** Exercise data follows **
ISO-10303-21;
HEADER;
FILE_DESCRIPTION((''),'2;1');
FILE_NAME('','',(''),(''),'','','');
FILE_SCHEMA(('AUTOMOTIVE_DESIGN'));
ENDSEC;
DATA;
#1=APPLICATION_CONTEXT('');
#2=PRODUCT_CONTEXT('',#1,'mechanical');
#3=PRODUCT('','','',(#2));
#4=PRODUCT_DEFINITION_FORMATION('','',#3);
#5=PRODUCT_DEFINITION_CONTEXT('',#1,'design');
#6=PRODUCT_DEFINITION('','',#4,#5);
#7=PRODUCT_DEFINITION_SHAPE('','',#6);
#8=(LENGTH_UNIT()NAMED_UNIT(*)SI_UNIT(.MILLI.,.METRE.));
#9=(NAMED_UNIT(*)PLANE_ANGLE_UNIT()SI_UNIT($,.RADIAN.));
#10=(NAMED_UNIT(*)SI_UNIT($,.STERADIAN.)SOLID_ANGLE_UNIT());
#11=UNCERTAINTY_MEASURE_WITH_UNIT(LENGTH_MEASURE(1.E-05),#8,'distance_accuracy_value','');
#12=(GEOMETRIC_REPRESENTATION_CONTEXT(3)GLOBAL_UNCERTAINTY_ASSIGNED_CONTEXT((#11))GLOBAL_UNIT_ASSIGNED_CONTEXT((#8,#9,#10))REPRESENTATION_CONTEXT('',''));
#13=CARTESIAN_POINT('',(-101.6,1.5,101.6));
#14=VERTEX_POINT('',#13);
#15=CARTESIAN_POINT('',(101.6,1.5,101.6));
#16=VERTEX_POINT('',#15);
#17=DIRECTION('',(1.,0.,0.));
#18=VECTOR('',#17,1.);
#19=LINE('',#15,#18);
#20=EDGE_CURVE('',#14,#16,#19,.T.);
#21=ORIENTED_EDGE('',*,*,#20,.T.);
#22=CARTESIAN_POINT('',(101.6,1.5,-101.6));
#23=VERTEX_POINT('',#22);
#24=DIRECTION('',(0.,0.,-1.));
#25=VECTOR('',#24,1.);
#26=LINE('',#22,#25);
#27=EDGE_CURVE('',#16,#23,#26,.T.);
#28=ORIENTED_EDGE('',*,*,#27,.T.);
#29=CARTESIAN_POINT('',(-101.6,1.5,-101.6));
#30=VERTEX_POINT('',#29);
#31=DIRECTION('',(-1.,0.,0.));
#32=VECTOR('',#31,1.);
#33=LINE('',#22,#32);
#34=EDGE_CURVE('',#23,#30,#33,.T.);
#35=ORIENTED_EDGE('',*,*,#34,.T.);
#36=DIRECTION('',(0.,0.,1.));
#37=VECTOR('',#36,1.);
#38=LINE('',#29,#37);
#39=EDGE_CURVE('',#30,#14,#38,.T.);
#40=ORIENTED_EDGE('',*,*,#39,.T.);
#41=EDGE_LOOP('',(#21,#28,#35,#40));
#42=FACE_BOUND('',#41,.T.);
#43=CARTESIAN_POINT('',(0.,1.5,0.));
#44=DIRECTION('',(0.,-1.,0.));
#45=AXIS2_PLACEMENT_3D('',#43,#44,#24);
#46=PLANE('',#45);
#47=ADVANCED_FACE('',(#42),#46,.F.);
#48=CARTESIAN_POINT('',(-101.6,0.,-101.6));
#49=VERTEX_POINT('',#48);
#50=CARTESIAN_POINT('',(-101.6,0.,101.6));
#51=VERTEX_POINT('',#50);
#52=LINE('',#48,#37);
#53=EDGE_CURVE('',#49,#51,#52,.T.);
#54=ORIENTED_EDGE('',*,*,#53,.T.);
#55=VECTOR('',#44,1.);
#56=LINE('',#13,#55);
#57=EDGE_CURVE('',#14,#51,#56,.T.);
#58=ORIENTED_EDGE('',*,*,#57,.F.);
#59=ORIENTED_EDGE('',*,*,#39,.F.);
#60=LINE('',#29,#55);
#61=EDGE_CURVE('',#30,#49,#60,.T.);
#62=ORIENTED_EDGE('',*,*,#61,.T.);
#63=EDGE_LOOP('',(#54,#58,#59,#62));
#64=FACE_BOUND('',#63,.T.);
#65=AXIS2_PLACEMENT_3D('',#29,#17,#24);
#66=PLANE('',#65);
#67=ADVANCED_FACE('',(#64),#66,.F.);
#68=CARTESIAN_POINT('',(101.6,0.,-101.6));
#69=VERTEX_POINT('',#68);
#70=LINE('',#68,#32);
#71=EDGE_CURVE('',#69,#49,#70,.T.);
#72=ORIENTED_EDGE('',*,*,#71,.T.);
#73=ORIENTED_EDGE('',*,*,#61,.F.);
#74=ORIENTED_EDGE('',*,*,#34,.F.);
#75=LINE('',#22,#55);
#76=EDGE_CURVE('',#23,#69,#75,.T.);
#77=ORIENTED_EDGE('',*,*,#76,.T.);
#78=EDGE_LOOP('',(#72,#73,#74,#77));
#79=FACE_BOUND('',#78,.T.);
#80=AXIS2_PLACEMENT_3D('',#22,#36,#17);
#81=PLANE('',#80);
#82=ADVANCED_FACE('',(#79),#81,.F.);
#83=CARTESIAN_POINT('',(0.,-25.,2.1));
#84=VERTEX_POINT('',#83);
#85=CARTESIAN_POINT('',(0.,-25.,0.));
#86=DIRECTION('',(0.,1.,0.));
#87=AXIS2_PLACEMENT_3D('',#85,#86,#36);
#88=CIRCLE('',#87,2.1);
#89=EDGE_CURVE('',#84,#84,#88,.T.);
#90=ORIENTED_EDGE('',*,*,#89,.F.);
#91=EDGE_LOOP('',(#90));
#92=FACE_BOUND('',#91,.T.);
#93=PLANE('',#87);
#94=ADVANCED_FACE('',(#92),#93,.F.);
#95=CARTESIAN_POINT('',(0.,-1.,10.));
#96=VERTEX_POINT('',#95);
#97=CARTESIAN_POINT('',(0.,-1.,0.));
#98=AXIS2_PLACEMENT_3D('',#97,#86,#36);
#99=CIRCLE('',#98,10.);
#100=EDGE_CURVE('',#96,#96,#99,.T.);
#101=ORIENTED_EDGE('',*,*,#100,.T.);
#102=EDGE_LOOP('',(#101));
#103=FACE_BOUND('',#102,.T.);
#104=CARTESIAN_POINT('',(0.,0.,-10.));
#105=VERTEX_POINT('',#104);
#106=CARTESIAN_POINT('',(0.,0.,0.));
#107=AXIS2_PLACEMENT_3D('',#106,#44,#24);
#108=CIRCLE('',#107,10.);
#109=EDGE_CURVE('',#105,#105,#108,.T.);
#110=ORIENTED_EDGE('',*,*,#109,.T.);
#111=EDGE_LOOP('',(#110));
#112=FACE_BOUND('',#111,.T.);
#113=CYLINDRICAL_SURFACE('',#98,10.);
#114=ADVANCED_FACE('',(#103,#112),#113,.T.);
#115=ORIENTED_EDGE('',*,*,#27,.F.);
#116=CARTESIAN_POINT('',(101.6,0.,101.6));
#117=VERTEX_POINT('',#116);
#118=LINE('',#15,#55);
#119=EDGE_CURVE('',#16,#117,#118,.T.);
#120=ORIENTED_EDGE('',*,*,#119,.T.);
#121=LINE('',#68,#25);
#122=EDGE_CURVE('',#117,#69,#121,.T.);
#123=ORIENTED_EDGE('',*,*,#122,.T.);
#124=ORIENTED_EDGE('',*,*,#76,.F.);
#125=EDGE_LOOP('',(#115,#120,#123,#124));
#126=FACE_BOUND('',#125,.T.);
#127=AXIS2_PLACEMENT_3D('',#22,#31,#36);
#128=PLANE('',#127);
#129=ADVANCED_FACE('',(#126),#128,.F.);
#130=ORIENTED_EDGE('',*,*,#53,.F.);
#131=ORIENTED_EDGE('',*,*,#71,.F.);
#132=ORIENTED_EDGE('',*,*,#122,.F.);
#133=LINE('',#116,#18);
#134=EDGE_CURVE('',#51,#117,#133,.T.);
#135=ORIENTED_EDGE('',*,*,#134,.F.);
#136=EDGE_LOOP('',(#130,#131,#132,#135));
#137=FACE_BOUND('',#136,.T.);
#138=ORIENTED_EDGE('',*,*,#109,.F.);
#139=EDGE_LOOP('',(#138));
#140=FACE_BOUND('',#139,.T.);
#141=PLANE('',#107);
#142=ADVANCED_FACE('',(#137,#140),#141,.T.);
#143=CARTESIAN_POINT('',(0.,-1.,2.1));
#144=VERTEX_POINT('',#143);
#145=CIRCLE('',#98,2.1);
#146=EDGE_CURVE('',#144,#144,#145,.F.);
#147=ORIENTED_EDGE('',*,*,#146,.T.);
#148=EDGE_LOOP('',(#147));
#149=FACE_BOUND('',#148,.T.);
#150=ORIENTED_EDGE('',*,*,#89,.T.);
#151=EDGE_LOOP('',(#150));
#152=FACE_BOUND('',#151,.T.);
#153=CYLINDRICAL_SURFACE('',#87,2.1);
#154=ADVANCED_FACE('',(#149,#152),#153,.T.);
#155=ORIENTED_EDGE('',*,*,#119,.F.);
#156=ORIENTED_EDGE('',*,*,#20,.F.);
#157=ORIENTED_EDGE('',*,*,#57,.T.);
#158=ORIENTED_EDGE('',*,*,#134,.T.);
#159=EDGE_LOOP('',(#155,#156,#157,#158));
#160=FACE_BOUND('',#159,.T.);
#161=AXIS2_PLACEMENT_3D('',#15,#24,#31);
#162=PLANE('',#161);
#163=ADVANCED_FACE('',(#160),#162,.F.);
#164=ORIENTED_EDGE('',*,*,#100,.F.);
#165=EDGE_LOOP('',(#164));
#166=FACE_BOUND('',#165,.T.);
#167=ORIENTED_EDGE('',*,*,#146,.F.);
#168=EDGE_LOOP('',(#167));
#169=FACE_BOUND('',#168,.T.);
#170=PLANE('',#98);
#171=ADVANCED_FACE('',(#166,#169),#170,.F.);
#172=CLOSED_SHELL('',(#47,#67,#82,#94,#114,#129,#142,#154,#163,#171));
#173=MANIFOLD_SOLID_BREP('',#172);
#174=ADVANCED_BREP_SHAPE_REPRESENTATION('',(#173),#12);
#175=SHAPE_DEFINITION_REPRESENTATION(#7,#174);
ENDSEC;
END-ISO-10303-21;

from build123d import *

# Parameters (mm, degrees)
SKETCH1_R           = 2.1
BOSS_EXTRUDE1_DEPTH = 25
SKETCH2_W           = 203.2
SKETCH2_H           = 203.2
BOSS_EXTRUDE2_DEPTH = 1.5
SKETCH3_R           = 10
BOSS_EXTRUDE3_DEPTH = 1


with BuildPart() as part:
    # Sketch1 → Boss-Extrude1 (new body)
    with BuildSketch(Plane(origin=(0, 0, 0), x_dir=(1, 0, 0), z_dir=(0, 1, 0))):
        with Locations(Location((0, 0, 0), (0, 0, 270))):
            Circle(SKETCH1_R)
    extrude(amount=-BOSS_EXTRUDE1_DEPTH)

    # Sketch2 → Boss-Extrude2 (add)
    with BuildSketch(Plane(origin=(0, 0, 0), x_dir=(1, 0, 0), z_dir=(0, 1, 0))):
        Rectangle(SKETCH2_W, SKETCH2_H)
    extrude(amount=BOSS_EXTRUDE2_DEPTH)

    # Sketch3 → Boss-Extrude3 (add)
    with BuildSketch(Plane(origin=(0, 0, 0), x_dir=(1, 0, 0), z_dir=(0, 1, 0))):
        with Locations(Location((0, 0, 0), (0, 0, 270))):
            Circle(SKETCH3_R)
    extrude(amount=-BOSS_EXTRUDE3_DEPTH)


solid = part.part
** End of Exercise data **
= Work order =
Look above for the line with "#9=(NAMED_UNIT(*)PLANE_ANGLE_UNIT()SI_UNIT($,.RADIAN.));" and the line with "#72=ORIENTED_EDGE('',*,*,#71,.T.);". Retype those two lines and every line between them exactly, adding nothing.

= Output of the exercise =
#9=(NAMED_UNIT(*)PLANE_ANGLE_UNIT()SI_UNIT($,.RADIAN.));
#10=(NAMED_UNIT(*)SI_UNIT($,.STERADIAN.)SOLID_ANGLE_UNIT());
#11=UNCERTAINTY_MEASURE_WITH_UNIT(LENGTH_MEASURE(1.E-05),#8,'distance_accuracy_value','');
#12=(GEOMETRIC_REPRESENTATION_CONTEXT(3)GLOBAL_UNCERTAINTY_ASSIGNED_CONTEXT((#11))GLOBAL_UNIT_ASSIGNED_CONTEXT((#8,#9,#10))REPRESENTATION_CONTEXT('',''));
#13=CARTESIAN_POINT('',(-101.6,1.5,101.6));
#14=VERTEX_POINT('',#13);
#15=CARTESIAN_POINT('',(101.6,1.5,101.6));
#16=VERTEX_POINT('',#15);
#17=DIRECTION('',(1.,0.,0.));
#18=VECTOR('',#17,1.);
#19=LINE('',#15,#18);
#20=EDGE_CURVE('',#14,#16,#19,.T.);
#21=ORIENTED_EDGE('',*,*,#20,.T.);
#22=CARTESIAN_POINT('',(101.6,1.5,-101.6));
#23=VERTEX_POINT('',#22);
#24=DIRECTION('',(0.,0.,-1.));
#25=VECTOR('',#24,1.);
#26=LINE('',#22,#25);
#27=EDGE_CURVE('',#16,#23,#26,.T.);
#28=ORIENTED_EDGE('',*,*,#27,.T.);
#29=CARTESIAN_POINT('',(-101.6,1.5,-101.6));
#30=VERTEX_POINT('',#29);
#31=DIRECTION('',(-1.,0.,0.));
#32=VECTOR('',#31,1.);
#33=LINE('',#22,#32);
#34=EDGE_CURVE('',#23,#30,#33,.T.);
#35=ORIENTED_EDGE('',*,*,#34,.T.);
#36=DIRECTION('',(0.,0.,1.));
#37=VECTOR('',#36,1.);
#38=LINE('',#29,#37);
#39=EDGE_CURVE('',#30,#14,#38,.T.);
#40=ORIENTED_EDGE('',*,*,#39,.T.);
#41=EDGE_LOOP('',(#21,#28,#35,#40));
#42=FACE_BOUND('',#41,.T.);
#43=CARTESIAN_POINT('',(0.,1.5,0.));
#44=DIRECTION('',(0.,-1.,0.));
#45=AXIS2_PLACEMENT_3D('',#43,#44,#24);
#46=PLANE('',#45);
#47=ADVANCED_FACE('',(#42),#46,.F.);
#48=CARTESIAN_POINT('',(-101.6,0.,-101.6));
#49=VERTEX_POINT('',#48);
#50=CARTESIAN_POINT('',(-101.6,0.,101.6));
#51=VERTEX_POINT('',#50);
#52=LINE('',#48,#37);
#53=EDGE_CURVE('',#49,#51,#52,.T.);
#54=ORIENTED_EDGE('',*,*,#53,.T.);
#55=VECTOR('',#44,1.);
#56=LINE('',#13,#55);
#57=EDGE_CURVE('',#14,#51,#56,.T.);
#58=ORIENTED_EDGE('',*,*,#57,.F.);
#59=ORIENTED_EDGE('',*,*,#39,.F.);
#60=LINE('',#29,#55);
#61=EDGE_CURVE('',#30,#49,#60,.T.);
#62=ORIENTED_EDGE('',*,*,#61,.T.);
#63=EDGE_LOOP('',(#54,#58,#59,#62));
#64=FACE_BOUND('',#63,.T.);
#65=AXIS2_PLACEMENT_3D('',#29,#17,#24);
#66=PLANE('',#65);
#67=ADVANCED_FACE('',(#64),#66,.F.);
#68=CARTESIAN_POINT('',(101.6,0.,-101.6));
#69=VERTEX_POINT('',#68);
#70=LINE('',#68,#32);
#71=EDGE_CURVE('',#69,#49,#70,.T.);
#72=ORIENTED_EDGE('',*,*,#71,.T.);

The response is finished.